Sgt. William P. Rudd, 27, was wounded during a ground-assault raid targeting associates of senior Al Qaeda leaders when enemy fighters, some armed with suicide vests, engaged the U.S. forces with small-arms fire. 

Rudd was in his eighth deployment in support of the War on Terror with two previous deployments to Afghanistan and five to Iraq.

A native of Madisonville, Ky., Rudd initially entered the Army on Oct. 2, 2003.  After completion of One Station Unit Training and the Ranger Indoctrination Program at Fort Benning, he was assigned to Company B, 3rd Bn., in August 2004.  Rudd served as a rifleman, grenadier and fireteam leader with Comp. B.  

Rudd’s military education includes the Basic Airborne Course, Ranger Indoctrination Program, Warrior Leaders Course, Jumpmaster Course, Master Breacher Course and the U.S. Army Ranger Course.
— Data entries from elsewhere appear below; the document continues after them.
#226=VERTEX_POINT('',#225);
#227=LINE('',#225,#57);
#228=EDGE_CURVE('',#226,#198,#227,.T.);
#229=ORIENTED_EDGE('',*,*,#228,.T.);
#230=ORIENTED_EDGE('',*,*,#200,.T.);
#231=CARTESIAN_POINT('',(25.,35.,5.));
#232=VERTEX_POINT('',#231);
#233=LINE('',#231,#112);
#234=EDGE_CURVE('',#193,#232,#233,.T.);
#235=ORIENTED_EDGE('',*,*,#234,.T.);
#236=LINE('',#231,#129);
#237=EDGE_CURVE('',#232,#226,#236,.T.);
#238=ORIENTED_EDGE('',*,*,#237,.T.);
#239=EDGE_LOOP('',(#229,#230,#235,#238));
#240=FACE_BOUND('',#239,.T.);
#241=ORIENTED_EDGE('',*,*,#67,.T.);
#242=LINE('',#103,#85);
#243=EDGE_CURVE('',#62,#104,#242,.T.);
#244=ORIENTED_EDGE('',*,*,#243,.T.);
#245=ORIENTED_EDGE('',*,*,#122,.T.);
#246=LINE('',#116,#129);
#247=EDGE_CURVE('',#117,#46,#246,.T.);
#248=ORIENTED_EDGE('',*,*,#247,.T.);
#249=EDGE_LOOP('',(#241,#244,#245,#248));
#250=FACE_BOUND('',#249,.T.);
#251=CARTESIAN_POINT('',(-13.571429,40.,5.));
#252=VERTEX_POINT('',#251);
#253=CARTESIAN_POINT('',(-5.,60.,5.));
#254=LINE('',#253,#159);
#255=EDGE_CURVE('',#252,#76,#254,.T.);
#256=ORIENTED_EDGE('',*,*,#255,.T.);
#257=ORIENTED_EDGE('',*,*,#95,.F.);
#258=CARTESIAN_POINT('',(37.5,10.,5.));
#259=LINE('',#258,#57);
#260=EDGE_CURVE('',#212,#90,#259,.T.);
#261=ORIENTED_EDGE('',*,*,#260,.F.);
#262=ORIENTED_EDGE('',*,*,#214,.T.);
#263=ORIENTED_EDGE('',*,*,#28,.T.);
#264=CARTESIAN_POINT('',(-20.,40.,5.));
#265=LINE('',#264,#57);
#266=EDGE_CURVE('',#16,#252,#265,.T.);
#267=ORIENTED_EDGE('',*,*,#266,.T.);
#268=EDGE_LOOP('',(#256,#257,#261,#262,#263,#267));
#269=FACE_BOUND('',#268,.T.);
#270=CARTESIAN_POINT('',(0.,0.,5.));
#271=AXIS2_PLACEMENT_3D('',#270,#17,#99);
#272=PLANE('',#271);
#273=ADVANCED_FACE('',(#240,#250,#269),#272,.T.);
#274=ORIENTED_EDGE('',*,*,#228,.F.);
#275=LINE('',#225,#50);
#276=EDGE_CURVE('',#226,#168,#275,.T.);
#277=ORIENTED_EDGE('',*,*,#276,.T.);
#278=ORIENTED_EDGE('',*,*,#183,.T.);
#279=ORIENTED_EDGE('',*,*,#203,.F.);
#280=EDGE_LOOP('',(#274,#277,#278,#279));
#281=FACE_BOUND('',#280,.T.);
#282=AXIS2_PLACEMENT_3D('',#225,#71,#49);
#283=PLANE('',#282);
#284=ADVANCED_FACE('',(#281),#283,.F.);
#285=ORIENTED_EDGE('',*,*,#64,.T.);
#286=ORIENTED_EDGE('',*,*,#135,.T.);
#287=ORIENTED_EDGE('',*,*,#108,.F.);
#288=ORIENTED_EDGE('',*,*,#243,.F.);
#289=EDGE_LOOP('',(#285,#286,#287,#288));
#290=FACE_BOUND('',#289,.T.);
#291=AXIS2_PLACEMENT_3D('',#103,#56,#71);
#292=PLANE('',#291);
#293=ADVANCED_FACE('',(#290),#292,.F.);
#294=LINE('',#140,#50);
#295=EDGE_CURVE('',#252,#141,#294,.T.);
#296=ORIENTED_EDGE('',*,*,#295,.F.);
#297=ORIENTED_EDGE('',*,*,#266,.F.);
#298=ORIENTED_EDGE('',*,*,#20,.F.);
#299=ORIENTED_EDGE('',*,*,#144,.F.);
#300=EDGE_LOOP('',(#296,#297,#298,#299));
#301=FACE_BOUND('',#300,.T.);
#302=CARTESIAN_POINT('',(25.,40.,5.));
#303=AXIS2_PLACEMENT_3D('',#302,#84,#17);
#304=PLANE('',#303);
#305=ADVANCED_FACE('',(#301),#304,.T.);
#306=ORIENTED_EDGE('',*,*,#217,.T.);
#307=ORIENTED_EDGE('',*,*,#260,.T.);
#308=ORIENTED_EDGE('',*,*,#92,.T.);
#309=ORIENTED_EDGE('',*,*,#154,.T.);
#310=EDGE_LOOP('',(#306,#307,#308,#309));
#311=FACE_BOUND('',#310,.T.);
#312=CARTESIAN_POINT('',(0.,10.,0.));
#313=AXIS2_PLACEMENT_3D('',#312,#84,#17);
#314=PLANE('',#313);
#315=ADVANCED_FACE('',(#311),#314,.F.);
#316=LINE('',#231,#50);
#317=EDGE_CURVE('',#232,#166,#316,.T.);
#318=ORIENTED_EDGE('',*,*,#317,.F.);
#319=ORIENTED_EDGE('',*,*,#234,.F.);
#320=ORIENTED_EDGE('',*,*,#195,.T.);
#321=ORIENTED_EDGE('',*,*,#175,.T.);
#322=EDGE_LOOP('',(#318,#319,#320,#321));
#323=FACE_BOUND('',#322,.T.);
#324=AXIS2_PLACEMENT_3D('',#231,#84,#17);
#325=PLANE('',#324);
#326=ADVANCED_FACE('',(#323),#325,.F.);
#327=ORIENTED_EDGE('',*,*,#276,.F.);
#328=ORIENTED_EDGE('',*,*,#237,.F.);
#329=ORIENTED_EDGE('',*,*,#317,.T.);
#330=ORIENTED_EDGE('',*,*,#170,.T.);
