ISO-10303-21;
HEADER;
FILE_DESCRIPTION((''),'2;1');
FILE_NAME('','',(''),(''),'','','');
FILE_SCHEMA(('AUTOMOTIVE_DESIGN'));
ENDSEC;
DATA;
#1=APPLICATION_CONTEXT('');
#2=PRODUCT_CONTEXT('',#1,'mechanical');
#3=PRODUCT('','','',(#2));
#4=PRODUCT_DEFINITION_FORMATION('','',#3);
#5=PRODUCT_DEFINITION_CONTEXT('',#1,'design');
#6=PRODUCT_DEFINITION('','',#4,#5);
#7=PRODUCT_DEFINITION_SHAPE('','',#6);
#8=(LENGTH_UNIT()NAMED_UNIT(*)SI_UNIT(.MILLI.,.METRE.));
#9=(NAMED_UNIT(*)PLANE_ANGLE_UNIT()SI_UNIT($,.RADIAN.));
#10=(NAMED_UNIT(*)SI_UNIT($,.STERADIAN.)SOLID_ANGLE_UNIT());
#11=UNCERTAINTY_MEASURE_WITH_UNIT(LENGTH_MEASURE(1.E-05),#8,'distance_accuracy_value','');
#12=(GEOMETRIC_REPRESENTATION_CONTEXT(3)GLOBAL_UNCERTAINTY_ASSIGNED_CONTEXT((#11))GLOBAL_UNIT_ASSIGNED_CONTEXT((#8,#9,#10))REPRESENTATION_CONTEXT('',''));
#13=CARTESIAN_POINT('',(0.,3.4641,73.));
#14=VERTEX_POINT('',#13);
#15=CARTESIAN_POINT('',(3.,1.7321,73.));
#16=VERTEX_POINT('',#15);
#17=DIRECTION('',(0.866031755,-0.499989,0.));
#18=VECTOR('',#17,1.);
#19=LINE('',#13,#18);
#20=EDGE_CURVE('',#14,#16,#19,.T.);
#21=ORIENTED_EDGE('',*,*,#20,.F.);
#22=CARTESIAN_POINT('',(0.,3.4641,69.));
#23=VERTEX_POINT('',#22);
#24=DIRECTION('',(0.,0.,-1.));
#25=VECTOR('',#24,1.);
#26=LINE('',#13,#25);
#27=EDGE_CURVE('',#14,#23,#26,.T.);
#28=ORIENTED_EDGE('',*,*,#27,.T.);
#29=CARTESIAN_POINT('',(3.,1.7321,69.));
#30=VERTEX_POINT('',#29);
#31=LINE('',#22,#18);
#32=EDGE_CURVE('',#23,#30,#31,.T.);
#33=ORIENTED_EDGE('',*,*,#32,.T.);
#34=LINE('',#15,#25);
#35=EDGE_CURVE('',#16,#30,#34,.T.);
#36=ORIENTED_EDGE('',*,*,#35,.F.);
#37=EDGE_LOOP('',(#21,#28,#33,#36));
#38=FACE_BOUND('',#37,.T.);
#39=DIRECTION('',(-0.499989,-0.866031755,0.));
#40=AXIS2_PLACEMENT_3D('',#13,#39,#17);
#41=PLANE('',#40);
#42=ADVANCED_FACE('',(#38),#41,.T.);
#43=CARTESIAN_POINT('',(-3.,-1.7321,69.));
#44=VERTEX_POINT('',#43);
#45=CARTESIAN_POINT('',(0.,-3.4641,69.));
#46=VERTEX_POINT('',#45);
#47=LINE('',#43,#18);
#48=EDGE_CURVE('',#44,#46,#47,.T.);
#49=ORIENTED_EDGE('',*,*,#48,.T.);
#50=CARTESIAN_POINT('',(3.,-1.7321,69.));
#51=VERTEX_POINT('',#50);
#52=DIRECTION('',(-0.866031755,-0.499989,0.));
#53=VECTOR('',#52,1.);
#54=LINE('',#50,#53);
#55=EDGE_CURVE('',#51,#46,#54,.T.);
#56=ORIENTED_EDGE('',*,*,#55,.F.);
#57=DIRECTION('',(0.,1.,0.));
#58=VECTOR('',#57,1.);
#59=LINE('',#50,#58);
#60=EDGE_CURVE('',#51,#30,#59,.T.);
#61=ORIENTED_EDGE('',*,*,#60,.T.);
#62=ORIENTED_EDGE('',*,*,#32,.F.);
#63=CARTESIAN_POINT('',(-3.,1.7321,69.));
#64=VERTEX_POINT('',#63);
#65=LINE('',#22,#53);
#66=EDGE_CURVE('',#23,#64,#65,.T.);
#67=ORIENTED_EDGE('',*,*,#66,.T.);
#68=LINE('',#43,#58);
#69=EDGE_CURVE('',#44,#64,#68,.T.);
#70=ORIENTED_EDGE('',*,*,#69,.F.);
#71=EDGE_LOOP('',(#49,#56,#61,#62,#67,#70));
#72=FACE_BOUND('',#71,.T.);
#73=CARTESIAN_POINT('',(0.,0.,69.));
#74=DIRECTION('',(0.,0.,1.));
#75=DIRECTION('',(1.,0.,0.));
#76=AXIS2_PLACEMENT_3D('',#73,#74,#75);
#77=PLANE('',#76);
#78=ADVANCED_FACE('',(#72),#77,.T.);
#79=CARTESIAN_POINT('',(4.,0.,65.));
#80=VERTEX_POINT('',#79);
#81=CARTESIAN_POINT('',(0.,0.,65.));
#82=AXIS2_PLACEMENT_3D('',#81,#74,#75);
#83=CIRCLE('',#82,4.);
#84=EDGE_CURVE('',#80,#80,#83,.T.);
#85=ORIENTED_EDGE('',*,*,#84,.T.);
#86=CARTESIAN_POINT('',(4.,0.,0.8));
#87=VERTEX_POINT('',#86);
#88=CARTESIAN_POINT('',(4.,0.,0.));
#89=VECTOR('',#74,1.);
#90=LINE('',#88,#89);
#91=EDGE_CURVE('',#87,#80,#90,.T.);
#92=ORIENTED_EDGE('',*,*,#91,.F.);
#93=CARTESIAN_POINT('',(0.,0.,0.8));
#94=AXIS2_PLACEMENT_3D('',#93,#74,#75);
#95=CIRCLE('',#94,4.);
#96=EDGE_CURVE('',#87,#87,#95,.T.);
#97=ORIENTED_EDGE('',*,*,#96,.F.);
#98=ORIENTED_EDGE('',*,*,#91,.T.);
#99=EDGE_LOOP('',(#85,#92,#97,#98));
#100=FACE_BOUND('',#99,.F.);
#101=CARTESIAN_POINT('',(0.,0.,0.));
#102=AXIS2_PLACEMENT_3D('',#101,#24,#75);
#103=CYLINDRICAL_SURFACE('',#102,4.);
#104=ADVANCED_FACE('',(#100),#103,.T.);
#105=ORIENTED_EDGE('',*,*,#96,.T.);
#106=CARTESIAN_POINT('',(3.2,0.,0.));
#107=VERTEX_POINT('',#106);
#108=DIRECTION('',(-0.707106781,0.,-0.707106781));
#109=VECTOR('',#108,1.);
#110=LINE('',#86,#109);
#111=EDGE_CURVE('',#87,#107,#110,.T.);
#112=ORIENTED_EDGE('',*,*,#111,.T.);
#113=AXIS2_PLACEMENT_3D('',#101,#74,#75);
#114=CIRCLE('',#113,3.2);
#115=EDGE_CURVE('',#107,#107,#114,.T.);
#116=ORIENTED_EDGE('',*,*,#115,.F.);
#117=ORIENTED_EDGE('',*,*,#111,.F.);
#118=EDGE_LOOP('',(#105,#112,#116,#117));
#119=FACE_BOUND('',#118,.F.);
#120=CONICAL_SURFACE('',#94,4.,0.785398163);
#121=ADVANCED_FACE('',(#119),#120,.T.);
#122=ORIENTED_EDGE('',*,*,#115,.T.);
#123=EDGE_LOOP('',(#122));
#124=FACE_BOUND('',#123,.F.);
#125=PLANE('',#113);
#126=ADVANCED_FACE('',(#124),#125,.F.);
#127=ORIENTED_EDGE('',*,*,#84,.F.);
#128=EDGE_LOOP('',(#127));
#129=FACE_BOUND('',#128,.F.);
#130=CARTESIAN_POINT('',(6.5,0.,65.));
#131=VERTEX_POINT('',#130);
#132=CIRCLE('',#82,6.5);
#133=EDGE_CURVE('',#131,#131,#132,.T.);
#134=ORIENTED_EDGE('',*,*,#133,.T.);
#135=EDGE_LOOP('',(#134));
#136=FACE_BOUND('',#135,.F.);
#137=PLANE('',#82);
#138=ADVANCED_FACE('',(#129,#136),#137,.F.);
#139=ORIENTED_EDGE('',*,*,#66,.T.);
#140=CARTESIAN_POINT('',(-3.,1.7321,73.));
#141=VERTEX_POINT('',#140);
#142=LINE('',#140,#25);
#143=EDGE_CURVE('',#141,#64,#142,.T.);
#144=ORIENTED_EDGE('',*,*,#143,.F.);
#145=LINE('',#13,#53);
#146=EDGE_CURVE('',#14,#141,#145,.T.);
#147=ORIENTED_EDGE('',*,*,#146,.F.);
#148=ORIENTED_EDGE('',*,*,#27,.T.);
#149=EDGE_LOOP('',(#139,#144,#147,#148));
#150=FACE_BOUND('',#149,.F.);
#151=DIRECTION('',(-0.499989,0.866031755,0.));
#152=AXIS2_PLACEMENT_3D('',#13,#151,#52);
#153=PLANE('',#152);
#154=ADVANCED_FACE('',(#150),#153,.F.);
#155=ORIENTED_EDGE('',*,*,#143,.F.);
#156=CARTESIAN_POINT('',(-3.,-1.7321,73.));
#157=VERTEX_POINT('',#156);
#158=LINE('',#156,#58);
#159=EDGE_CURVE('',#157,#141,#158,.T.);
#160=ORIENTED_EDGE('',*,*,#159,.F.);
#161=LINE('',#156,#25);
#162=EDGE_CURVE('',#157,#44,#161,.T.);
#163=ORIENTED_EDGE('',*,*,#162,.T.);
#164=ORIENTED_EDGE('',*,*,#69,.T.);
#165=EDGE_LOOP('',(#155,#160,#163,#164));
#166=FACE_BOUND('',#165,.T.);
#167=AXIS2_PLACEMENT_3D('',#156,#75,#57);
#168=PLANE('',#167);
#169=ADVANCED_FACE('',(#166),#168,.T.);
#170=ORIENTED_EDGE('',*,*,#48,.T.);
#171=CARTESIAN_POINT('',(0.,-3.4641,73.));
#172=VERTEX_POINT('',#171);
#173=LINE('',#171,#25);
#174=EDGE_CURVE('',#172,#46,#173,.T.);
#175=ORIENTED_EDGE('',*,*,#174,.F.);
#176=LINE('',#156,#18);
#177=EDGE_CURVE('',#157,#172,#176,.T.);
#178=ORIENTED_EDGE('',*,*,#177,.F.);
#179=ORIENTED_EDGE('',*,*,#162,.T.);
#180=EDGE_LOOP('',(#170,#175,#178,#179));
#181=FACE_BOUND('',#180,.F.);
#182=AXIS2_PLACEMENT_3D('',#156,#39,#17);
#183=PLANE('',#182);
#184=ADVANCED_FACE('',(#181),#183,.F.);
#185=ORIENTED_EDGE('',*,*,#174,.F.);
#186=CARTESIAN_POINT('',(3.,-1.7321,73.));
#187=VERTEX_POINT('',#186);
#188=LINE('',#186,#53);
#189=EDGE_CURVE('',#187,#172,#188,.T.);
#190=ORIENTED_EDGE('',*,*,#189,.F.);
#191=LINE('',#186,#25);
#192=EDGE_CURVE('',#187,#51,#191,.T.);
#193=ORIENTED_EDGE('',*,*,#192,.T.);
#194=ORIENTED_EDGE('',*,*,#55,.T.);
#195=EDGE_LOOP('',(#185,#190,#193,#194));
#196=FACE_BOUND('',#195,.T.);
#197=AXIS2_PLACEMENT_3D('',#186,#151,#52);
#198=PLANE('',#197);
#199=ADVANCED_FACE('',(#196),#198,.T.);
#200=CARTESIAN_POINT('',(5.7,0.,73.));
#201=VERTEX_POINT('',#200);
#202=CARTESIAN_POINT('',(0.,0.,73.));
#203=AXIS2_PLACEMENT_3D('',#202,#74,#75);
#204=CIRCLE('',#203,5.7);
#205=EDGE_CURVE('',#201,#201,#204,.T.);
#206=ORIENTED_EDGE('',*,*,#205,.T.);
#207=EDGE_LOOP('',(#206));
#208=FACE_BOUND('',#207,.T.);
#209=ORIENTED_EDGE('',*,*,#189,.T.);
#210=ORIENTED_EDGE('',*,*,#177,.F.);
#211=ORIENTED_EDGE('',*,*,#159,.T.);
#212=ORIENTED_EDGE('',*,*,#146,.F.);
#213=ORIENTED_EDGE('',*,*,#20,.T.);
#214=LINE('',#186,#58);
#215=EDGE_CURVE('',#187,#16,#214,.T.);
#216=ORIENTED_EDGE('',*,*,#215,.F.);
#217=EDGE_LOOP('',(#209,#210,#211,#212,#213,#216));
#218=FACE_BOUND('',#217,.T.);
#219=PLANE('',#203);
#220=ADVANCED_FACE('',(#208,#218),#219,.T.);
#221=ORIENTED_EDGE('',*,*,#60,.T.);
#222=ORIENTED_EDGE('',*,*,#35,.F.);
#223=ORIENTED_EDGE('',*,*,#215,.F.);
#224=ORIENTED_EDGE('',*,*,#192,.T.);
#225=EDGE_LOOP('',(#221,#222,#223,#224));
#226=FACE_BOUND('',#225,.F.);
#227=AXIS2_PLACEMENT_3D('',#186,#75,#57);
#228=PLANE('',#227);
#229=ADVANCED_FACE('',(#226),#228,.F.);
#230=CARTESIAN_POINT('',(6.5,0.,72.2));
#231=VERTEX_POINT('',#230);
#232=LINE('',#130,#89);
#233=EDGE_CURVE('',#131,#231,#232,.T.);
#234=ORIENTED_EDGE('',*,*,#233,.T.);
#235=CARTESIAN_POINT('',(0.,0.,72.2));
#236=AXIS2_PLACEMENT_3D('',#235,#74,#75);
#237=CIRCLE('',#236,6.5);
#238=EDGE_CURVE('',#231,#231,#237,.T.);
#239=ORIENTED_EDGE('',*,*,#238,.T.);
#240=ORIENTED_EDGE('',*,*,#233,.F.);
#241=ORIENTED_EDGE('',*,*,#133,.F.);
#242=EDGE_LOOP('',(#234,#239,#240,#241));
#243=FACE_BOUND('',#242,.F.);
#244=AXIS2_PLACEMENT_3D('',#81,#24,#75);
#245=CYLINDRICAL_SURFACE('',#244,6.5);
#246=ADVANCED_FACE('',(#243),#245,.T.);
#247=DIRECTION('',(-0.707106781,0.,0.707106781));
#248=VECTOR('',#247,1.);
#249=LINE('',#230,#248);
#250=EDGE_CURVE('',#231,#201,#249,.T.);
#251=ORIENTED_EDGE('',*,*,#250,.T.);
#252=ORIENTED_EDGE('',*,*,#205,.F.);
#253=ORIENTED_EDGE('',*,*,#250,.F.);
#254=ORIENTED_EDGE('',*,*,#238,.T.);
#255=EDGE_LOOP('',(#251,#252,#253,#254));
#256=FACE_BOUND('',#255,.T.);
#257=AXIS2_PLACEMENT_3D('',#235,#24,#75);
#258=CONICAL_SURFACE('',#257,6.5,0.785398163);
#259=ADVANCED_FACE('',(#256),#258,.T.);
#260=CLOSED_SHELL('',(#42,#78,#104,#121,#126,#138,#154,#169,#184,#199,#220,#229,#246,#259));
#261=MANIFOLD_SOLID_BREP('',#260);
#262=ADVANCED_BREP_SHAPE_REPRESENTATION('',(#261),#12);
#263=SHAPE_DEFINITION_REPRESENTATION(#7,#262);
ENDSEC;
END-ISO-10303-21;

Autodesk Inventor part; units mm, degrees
ref_plane "YZ Plane" through (0, 0, 0) normal (1, 0, 0) x (0, 1, 0)
ref_plane "XZ Plane" through (0, 0, 0) normal (0, 1, 0) x (-1, 0, 0)
ref_plane "XY Plane" through (0, 0, 0) normal (0, 0, 1) x (1, 0, 0)
sketch "Sketch1" plane through (0, 0, 0) normal (0, 0, 1) x (1, 0, 0)
  circle A0 centre (0, 0) radius 4
  dimension "Diameter" = 8
extrude "Extrusion1" add sketch "Sketch1" along normal blind 65
sketch "Sketch2" plane through (0, 0, 65) normal (0, 0, 1) x (1, 0, 0)
  circle A0 centre (0, 0) radius 4 projected
  circle A1 centre (0, 0) radius 6.5
  dimension "Head_Diameter" = 13
extrude "Extrusion2" add sketch "Sketch2" along normal blind 8 contours A0 | A1
sketch "Sketch3" plane through (0, 0, 73) normal (0, 0, 1) x (1, 0, 0)
  circle A0 centre (0, 0) radius 6.5 projected
  circle A1 centre (0, 0) radius 3.4641 construction
  line L0 (0, 3.4641) -> (3, 1.7321)
  line L1 (3, -1.7321) -> (3, 1.7321)
  line L2 (0, 3.4641) -> (-3, 1.7321)
  line L3 (-3, -1.7321) -> (-3, 1.7321)
  line L4 (-3, -1.7321) -> (0, -3.4641)
  line L5 (3, -1.7321) -> (0, -3.4641)
  dimension "Hex_Width" = 6
extrude "Extrusion3" cut sketch "Sketch3" against normal blind 4 contours L0 L1 L5 L4 L3 L2
thread "Thread1" size "M8x1.25" class "4g6g" standard "ANSI Metric M Profile" length 28
chamfer "Chamfer1" distance 0.8 angle 45 2 edges at (-6.5, 0, 73) (-4, 0, 0)
equation "\"d9\" = ThreadLength"
equation "\"d12\" = Chamfer"
equation "\"ThreadLength\" = 28"
equation "\"Chamfer\" = 0.8"
properties part number "SCREW, SOCKET HD, P, 12.9, M8X1.25X65MM"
His awards and decorations include the Joint Service Commendation Medal, Army Commendation Medal, three Army Achievement Medals, Army Good Conduct Medal, National Defense Service Medal, Global War on Terrorism Expeditionary Medal, Global War on Terrorism Service Medal, Afghanistan Campaign Medal, Iraq Campaign Medal, Army Service Ribbon, Noncommissioned Officers Professional Development Ribbon, Overseas Service Ribbon, Combat Infantryman Badge, Parachutist Badge and the Ranger Tab.
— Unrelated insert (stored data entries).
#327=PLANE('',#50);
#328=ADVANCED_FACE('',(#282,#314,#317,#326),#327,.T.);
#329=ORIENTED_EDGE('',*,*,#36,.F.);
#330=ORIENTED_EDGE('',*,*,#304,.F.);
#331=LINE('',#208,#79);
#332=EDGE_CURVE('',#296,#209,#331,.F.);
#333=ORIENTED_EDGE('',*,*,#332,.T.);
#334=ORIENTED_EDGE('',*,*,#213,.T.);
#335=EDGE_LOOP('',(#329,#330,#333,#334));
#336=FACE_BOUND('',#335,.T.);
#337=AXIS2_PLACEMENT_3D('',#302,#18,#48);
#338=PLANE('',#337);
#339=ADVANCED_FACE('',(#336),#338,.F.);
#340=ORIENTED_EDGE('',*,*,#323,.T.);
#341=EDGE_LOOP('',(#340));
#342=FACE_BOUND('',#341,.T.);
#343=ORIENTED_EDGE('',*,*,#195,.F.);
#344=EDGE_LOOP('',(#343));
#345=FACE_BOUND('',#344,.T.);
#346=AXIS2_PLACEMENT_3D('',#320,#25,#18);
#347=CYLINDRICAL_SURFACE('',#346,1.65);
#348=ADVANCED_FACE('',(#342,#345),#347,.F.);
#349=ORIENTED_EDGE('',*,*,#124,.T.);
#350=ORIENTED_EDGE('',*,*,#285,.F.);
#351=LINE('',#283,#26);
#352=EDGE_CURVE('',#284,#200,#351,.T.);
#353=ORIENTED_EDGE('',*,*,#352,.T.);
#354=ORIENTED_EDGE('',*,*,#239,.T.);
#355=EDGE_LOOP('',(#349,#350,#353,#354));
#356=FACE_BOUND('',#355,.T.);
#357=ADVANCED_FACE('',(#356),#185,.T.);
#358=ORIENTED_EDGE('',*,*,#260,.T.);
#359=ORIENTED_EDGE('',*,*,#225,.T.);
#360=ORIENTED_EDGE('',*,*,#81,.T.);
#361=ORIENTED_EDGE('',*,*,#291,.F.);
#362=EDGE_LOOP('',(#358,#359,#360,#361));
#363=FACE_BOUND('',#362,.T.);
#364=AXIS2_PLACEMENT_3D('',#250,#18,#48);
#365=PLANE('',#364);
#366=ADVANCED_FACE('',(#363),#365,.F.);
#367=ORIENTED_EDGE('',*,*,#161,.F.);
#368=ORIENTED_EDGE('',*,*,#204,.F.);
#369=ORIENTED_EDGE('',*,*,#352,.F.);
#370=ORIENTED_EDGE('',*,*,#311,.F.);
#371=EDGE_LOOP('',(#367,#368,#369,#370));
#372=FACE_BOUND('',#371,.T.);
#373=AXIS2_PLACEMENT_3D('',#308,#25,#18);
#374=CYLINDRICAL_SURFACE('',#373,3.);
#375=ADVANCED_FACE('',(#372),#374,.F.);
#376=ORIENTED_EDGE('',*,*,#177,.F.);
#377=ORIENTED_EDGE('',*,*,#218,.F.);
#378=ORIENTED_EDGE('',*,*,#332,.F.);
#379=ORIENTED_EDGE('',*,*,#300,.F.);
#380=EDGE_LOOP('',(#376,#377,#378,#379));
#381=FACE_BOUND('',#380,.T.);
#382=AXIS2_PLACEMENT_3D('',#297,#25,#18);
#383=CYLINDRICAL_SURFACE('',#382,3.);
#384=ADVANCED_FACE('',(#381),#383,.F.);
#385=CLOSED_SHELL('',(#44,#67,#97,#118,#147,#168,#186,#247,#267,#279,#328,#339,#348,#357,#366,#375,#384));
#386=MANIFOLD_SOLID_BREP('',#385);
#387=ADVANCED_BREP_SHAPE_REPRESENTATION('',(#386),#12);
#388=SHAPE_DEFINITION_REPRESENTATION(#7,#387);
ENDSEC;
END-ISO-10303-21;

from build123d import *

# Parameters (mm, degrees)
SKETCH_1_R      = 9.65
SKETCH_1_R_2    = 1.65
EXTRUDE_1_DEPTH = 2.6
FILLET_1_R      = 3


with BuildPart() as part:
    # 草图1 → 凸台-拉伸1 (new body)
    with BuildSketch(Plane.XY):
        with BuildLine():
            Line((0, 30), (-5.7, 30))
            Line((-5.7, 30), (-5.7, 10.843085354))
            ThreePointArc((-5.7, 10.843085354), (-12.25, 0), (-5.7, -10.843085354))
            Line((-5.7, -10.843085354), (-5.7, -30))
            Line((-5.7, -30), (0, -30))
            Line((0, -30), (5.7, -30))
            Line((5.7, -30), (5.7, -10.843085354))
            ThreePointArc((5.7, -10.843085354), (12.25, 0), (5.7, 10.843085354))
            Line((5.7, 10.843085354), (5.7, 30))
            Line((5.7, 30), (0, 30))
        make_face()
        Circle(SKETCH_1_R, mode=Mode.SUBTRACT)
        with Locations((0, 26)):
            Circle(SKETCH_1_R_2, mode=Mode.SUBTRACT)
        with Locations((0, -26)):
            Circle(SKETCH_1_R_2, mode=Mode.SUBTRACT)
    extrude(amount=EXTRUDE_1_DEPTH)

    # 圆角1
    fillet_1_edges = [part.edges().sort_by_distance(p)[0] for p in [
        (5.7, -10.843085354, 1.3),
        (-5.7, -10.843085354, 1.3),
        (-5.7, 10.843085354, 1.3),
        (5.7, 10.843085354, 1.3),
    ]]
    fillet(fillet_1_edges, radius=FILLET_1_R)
Rudd is survived by his father William E. and stepmother Barbara Rudd, and step brother, Josh of Madisonville, Ky.; his mother, Pamela F. Lam and sister, Elizabeth of Nortonville, Ky.

For Sgt. Rudd's bio, click HERE...


----------



## MsKitty (Oct 6, 2008)

RIP Soldier!!!


----------



## Gypsy (Oct 6, 2008)

Rest in Peace, Ranger.


----------



## HoosierAnnie (Oct 6, 2008)

Rest Well, Ranger


----------



## Rabid Badger (Oct 6, 2008)

RIP Sgt. William P. Rudd.  You will be missed.

8th deployment? wow.


----------



## 0699 (Oct 6, 2008)

RIP Ranger.


----------



## tova (Oct 6, 2008)

RIP, Godspeed, PBS....


----------



## 8'Duece (Oct 6, 2008)

razor_baghdad said:


> RIP Sgt. William P. Rudd.  You will be missed.
> 
> 8th deployment? wow.



Wow is right !! 8 ?  Op tempo is high, as expected. 

Rest easy SGT William P. Rudd.  Your watch is over. 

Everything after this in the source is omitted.